WORK TO BE COMPLETED. The lines to extract run from the first line of the entries through the line that contains "v 0.777 24.738 0"; reproduce exactly those lines and no others.

EXTRACTED MATERIAL.
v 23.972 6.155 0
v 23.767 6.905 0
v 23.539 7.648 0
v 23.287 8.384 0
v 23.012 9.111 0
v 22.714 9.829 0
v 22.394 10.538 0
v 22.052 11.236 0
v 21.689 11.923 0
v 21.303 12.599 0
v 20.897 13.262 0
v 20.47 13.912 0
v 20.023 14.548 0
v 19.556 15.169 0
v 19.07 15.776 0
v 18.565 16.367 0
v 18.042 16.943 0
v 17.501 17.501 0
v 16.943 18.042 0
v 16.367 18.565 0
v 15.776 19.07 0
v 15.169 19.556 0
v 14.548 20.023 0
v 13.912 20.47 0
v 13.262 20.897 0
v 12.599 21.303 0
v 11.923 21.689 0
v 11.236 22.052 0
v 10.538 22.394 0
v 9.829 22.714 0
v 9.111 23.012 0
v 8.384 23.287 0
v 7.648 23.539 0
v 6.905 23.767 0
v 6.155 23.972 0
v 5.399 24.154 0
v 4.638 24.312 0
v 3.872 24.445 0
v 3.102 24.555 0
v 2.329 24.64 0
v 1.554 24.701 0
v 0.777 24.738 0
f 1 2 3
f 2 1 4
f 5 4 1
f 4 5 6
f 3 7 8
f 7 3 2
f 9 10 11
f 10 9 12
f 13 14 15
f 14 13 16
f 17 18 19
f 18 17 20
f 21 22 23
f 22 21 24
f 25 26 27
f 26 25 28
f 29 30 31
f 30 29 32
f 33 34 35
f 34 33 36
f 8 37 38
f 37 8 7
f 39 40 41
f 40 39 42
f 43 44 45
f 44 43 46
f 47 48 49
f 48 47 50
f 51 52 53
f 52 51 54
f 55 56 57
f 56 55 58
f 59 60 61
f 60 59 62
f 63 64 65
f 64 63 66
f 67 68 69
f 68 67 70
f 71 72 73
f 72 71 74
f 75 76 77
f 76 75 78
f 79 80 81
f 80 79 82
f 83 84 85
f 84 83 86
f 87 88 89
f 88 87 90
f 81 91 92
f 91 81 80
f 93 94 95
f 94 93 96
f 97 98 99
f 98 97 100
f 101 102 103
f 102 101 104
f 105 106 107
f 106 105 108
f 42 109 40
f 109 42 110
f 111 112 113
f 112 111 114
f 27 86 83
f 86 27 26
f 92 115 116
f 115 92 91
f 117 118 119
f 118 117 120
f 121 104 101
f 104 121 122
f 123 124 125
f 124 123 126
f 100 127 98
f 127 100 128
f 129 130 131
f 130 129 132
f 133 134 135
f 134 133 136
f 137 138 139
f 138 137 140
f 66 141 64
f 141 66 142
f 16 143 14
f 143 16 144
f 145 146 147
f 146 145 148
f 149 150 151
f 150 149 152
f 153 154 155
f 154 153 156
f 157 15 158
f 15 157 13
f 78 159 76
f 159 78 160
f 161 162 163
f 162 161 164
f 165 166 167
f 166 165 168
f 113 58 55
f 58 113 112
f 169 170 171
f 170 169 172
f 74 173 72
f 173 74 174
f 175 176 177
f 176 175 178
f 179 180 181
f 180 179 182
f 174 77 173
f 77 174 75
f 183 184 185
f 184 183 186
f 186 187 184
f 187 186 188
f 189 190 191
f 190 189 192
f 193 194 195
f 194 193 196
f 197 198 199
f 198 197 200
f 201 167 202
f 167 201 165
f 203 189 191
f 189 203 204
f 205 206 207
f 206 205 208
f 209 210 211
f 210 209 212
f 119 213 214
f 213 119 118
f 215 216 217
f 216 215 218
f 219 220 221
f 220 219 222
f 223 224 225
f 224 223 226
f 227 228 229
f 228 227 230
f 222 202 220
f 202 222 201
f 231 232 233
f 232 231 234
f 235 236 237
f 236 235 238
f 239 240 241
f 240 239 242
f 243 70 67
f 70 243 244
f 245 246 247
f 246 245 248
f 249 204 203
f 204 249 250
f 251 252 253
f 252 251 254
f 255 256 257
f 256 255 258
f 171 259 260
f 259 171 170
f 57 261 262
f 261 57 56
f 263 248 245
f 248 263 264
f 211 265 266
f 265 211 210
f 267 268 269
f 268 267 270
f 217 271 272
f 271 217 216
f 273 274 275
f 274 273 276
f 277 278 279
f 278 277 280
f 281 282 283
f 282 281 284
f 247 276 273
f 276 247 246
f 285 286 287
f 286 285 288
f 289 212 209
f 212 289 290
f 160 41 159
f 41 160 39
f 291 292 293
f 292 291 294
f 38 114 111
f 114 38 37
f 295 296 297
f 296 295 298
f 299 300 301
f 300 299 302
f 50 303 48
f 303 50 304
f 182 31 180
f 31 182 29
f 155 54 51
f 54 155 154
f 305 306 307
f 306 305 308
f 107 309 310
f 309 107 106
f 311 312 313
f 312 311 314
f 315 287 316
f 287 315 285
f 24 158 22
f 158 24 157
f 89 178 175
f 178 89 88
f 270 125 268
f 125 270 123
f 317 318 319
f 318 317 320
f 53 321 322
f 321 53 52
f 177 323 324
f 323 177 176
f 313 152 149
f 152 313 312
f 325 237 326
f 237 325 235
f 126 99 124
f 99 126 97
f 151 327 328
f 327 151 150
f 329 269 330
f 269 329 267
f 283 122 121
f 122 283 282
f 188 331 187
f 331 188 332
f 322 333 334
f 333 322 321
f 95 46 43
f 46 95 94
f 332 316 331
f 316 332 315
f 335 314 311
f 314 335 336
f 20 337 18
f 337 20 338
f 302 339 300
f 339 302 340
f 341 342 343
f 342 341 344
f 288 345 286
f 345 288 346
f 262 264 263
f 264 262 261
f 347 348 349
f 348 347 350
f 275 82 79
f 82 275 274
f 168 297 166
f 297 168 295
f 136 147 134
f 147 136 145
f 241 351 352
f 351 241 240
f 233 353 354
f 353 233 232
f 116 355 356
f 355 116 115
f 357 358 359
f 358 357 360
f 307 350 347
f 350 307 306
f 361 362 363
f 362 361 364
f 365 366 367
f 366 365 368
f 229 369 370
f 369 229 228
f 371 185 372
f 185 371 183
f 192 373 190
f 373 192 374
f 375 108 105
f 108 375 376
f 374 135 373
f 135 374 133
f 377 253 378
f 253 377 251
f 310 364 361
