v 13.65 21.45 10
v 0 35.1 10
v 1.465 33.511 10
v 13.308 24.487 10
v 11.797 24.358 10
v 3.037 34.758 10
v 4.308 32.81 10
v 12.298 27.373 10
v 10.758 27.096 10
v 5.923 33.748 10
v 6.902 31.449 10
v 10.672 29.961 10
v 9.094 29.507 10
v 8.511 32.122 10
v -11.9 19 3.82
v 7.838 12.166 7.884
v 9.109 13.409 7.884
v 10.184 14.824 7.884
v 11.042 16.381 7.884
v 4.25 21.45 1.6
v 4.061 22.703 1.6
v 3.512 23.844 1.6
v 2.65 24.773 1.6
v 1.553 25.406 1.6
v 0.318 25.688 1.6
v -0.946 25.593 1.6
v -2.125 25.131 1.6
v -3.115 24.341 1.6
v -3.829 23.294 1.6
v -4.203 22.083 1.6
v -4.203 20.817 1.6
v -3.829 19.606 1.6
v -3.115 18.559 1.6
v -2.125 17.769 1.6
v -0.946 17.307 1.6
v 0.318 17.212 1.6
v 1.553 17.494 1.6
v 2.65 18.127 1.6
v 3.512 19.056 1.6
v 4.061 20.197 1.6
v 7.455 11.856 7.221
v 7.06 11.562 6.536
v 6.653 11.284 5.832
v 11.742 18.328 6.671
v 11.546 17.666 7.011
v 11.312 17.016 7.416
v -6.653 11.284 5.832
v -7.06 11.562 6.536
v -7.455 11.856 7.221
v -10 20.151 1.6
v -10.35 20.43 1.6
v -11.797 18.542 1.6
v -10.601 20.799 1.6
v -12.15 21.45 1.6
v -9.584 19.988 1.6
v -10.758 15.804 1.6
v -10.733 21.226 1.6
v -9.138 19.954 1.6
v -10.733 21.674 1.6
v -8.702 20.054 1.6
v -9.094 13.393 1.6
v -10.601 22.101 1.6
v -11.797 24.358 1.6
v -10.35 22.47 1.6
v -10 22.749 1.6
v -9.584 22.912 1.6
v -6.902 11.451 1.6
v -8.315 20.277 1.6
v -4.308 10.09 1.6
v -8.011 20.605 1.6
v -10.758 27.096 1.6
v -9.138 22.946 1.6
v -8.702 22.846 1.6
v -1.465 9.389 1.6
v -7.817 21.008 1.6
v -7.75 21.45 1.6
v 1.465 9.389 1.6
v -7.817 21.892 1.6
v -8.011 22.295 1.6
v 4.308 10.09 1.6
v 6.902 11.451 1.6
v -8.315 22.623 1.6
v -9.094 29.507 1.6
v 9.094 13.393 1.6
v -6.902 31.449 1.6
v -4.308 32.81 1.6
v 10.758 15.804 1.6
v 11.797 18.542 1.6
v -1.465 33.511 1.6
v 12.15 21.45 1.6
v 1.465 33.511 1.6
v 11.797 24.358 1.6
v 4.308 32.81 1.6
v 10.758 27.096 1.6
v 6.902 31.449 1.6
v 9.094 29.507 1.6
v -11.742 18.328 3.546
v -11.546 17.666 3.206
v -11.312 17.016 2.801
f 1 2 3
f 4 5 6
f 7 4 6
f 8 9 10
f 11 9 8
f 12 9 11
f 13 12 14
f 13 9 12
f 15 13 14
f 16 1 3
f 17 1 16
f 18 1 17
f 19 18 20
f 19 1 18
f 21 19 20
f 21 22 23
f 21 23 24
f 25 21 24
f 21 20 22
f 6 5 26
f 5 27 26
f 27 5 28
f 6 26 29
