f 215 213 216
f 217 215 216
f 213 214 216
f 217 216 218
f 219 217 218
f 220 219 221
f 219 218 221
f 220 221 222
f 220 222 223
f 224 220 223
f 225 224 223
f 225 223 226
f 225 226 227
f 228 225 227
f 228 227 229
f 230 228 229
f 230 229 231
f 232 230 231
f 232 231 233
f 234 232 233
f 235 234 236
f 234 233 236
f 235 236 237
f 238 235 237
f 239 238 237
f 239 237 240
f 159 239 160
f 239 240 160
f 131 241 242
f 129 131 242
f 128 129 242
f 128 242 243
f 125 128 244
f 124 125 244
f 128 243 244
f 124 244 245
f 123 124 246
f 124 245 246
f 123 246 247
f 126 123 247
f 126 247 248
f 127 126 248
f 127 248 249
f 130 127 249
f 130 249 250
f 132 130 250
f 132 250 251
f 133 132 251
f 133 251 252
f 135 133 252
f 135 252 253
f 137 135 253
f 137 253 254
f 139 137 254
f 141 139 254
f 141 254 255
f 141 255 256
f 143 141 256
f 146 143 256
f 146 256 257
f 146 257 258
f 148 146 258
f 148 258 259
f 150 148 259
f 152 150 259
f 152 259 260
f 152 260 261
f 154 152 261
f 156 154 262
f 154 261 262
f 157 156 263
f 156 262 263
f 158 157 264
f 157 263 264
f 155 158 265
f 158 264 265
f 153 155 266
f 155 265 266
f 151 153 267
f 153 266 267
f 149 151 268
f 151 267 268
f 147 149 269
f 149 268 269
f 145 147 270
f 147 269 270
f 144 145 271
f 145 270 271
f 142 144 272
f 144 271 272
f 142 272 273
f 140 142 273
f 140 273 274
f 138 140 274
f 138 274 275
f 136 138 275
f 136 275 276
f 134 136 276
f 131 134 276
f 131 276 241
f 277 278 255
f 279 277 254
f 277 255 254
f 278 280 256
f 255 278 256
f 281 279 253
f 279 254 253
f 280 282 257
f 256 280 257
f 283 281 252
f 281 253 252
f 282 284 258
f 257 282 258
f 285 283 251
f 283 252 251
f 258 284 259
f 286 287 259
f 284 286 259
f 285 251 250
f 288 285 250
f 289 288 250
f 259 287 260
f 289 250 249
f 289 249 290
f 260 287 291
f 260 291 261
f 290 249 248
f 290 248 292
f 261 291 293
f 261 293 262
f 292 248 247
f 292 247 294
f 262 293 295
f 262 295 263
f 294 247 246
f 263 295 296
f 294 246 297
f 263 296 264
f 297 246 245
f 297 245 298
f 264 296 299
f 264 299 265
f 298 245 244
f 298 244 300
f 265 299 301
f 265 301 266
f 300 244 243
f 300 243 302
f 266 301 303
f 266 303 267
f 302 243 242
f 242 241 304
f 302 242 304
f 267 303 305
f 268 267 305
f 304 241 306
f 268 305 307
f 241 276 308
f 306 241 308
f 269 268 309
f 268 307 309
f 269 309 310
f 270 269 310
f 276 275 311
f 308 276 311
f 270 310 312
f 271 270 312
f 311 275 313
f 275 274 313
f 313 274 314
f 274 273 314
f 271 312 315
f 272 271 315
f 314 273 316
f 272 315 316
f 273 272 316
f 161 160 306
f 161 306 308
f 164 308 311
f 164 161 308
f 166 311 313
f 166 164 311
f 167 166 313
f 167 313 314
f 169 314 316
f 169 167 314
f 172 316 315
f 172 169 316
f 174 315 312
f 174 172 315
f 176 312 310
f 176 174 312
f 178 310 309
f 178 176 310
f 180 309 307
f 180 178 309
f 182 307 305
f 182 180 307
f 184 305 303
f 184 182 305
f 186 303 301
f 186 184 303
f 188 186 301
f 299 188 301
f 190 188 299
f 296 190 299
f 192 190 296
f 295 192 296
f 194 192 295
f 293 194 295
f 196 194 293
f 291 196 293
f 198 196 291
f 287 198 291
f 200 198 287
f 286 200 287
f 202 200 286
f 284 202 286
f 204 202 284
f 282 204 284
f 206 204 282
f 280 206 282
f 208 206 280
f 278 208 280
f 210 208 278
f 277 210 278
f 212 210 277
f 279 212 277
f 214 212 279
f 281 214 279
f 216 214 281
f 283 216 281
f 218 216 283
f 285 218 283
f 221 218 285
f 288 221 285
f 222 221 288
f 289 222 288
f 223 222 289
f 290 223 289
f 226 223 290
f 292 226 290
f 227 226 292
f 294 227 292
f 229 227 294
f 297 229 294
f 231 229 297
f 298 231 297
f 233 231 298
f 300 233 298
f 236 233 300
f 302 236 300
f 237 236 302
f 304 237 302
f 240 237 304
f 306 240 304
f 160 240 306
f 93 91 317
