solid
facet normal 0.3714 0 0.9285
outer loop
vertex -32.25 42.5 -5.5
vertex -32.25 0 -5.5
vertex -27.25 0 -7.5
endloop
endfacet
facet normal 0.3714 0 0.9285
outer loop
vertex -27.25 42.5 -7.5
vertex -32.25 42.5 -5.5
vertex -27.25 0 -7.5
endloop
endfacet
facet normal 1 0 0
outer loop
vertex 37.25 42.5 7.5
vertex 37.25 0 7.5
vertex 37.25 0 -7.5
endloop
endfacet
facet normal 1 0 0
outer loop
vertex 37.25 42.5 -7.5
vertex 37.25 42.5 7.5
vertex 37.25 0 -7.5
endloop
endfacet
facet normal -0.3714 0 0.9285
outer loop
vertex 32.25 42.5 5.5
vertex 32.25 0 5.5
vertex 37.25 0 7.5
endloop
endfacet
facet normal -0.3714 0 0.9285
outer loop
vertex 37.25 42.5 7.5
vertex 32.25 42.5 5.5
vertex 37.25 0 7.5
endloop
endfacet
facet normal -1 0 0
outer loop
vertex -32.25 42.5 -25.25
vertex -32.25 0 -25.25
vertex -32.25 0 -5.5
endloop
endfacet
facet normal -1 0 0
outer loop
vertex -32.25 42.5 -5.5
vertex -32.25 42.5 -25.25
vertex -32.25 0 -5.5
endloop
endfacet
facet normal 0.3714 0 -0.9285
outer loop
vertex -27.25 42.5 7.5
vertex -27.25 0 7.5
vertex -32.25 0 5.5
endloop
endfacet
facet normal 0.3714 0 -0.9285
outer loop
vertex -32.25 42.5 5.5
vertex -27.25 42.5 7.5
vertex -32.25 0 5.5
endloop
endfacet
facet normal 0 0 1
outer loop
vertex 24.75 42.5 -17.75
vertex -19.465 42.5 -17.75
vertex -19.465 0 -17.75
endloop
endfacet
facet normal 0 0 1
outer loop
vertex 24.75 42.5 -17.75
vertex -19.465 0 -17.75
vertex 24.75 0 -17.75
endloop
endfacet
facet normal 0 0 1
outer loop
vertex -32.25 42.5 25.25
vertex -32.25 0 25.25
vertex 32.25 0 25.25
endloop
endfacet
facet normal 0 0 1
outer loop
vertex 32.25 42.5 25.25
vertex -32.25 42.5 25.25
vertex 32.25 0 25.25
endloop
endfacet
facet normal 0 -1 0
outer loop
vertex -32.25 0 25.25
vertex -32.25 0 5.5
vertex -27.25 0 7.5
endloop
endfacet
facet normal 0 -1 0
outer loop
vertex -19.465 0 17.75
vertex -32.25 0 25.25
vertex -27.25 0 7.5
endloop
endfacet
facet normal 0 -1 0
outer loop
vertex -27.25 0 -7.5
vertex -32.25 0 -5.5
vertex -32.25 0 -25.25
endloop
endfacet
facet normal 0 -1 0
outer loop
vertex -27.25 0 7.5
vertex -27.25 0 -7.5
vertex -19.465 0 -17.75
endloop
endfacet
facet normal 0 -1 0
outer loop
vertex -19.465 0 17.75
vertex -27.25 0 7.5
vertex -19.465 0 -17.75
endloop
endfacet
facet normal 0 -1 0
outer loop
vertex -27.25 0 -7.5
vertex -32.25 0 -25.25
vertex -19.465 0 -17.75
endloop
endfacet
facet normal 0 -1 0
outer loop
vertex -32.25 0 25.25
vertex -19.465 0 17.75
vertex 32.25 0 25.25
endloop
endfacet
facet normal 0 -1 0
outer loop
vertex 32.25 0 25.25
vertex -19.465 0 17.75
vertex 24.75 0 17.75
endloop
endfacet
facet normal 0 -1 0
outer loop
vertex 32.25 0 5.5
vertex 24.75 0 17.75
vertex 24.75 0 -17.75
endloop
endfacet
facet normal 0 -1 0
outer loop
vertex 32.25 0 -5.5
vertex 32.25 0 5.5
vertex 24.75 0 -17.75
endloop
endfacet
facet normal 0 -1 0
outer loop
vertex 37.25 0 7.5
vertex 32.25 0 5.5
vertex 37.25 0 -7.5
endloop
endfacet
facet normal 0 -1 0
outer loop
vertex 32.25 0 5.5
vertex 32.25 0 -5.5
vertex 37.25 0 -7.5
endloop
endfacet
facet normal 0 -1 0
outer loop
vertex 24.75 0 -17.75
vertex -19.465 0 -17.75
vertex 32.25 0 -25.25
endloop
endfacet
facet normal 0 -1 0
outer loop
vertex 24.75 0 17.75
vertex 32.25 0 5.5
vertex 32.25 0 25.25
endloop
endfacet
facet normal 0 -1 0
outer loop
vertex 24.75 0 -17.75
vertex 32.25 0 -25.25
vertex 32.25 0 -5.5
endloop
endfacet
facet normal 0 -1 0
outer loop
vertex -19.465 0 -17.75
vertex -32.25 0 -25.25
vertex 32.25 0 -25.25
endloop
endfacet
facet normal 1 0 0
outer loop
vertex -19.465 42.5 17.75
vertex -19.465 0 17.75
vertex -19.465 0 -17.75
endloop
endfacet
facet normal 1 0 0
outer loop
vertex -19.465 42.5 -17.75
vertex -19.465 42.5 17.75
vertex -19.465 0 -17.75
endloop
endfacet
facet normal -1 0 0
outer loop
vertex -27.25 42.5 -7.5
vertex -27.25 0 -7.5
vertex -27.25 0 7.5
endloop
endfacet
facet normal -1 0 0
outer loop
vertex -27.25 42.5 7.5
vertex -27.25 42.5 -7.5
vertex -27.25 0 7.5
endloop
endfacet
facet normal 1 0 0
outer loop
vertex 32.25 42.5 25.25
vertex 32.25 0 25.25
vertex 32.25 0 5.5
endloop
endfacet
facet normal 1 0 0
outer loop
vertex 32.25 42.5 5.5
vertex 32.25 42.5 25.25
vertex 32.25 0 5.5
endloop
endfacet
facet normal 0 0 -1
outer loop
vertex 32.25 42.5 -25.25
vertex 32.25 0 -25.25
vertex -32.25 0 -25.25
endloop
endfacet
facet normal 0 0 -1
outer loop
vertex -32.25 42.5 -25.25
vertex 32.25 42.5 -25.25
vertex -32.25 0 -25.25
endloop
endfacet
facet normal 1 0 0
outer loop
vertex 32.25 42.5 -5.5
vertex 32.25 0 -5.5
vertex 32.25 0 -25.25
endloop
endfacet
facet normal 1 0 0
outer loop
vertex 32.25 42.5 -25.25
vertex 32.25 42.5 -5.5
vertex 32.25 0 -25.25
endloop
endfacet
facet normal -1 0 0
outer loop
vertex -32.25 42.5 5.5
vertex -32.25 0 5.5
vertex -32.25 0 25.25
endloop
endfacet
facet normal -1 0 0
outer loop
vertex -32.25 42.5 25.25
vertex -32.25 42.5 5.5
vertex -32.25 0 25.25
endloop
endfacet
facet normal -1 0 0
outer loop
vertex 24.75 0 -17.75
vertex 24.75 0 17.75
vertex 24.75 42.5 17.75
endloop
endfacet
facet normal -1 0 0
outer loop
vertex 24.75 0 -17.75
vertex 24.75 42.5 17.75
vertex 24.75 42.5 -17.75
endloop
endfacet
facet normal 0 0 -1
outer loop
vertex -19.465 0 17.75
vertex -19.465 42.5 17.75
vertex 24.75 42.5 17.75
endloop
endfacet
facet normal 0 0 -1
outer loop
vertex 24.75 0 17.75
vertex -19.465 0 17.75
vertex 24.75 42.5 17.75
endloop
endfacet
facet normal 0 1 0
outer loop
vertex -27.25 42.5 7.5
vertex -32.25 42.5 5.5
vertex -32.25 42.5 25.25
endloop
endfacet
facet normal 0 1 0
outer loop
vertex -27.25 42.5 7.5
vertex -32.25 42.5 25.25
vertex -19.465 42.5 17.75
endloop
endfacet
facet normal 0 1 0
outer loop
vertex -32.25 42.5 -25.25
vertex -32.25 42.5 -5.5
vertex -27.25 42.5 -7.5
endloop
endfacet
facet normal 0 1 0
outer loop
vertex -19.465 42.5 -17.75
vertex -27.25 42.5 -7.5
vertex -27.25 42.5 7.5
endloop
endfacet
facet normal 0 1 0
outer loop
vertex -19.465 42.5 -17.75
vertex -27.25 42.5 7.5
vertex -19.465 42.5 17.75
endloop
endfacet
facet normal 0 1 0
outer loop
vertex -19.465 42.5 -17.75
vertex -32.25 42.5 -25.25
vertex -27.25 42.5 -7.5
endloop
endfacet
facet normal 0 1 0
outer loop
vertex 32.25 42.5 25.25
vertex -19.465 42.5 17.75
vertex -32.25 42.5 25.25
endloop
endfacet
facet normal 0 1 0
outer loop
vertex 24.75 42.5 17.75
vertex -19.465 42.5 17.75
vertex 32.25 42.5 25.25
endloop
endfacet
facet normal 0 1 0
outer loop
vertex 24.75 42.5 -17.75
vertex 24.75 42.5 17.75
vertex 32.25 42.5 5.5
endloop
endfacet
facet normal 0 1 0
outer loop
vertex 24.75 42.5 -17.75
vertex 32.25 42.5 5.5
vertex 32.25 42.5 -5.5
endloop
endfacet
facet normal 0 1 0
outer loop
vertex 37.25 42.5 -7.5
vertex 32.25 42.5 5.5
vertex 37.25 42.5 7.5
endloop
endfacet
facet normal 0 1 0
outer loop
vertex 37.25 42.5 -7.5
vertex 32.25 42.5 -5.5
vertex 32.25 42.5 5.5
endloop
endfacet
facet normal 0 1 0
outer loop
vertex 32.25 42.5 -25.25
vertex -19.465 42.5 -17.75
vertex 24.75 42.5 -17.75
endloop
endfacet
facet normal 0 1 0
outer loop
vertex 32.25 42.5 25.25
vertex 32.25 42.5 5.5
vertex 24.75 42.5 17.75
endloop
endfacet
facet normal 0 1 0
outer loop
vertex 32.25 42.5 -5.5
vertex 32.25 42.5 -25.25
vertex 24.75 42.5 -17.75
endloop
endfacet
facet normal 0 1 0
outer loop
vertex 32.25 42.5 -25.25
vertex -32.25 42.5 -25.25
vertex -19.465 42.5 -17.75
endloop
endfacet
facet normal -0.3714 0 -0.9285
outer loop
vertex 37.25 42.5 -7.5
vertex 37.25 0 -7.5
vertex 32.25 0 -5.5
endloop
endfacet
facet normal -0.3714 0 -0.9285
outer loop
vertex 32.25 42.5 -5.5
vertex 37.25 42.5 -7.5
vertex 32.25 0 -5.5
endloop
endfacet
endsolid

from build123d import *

# Parameters (mm, degrees)
BOSS_EXTRUDE1_DEPTH = 42.5
SKETCH2_W           = 44.214702114
SKETCH2_H           = 35.5
CUT_EXTRUDE1_DEPTH  = 42.5


with BuildPart() as part:
    # Sketch1 → Boss-Extrude1 (new body)
    with BuildSketch(Plane(origin=(0, 0, 0), x_dir=(1, 0, 0), z_dir=(0, 1, 0))):
        Polygon((-32.25, 25.25), (-32.25, 5.5), (-27.25, 7.5), (-27.25, -7.5), (-32.25, -5.5), (-32.25, -25.25), (32.25, -25.25), (32.25, -5.5), (32.25, 5.5), (32.25, 25.25), align=None)
        Polygon((37.25, 7.5), (32.25, 5.5), (32.25, -5.5), (37.25, -7.5), align=None)
    extrude(amount=BOSS_EXTRUDE1_DEPTH)

    # Sketch2 → Cut-Extrude1 (cut)
    with BuildSketch(Plane(origin=(0, 42.5, 0), x_dir=(1, 0, 0), z_dir=(0, 1, 0))):
        with Locations((2.642648943, 0)):
            Rectangle(SKETCH2_W, SKETCH2_H)
    extrude(amount=-CUT_EXTRUDE1_DEPTH, mode=Mode.SUBTRACT)


solid = part.part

ANSWER SECTION.
v 23.972 6.155 0
v 23.767 6.905 0
v 23.539 7.648 0
v 23.287 8.384 0
v 23.012 9.111 0
v 22.714 9.829 0
v 22.394 10.538 0
v 22.052 11.236 0
v 21.689 11.923 0
v 21.303 12.599 0
v 20.897 13.262 0
v 20.47 13.912 0
v 20.023 14.548 0
v 19.556 15.169 0
v 19.07 15.776 0
v 18.565 16.367 0
v 18.042 16.943 0
v 17.501 17.501 0
v 16.943 18.042 0
v 16.367 18.565 0
v 15.776 19.07 0
v 15.169 19.556 0
v 14.548 20.023 0
v 13.912 20.47 0
v 13.262 20.897 0
v 12.599 21.303 0
v 11.923 21.689 0
v 11.236 22.052 0
v 10.538 22.394 0
v 9.829 22.714 0
v 9.111 23.012 0
v 8.384 23.287 0
v 7.648 23.539 0
v 6.905 23.767 0
v 6.155 23.972 0
v 5.399 24.154 0
v 4.638 24.312 0
v 3.872 24.445 0
v 3.102 24.555 0
v 2.329 24.64 0
v 1.554 24.701 0
v 0.777 24.738 0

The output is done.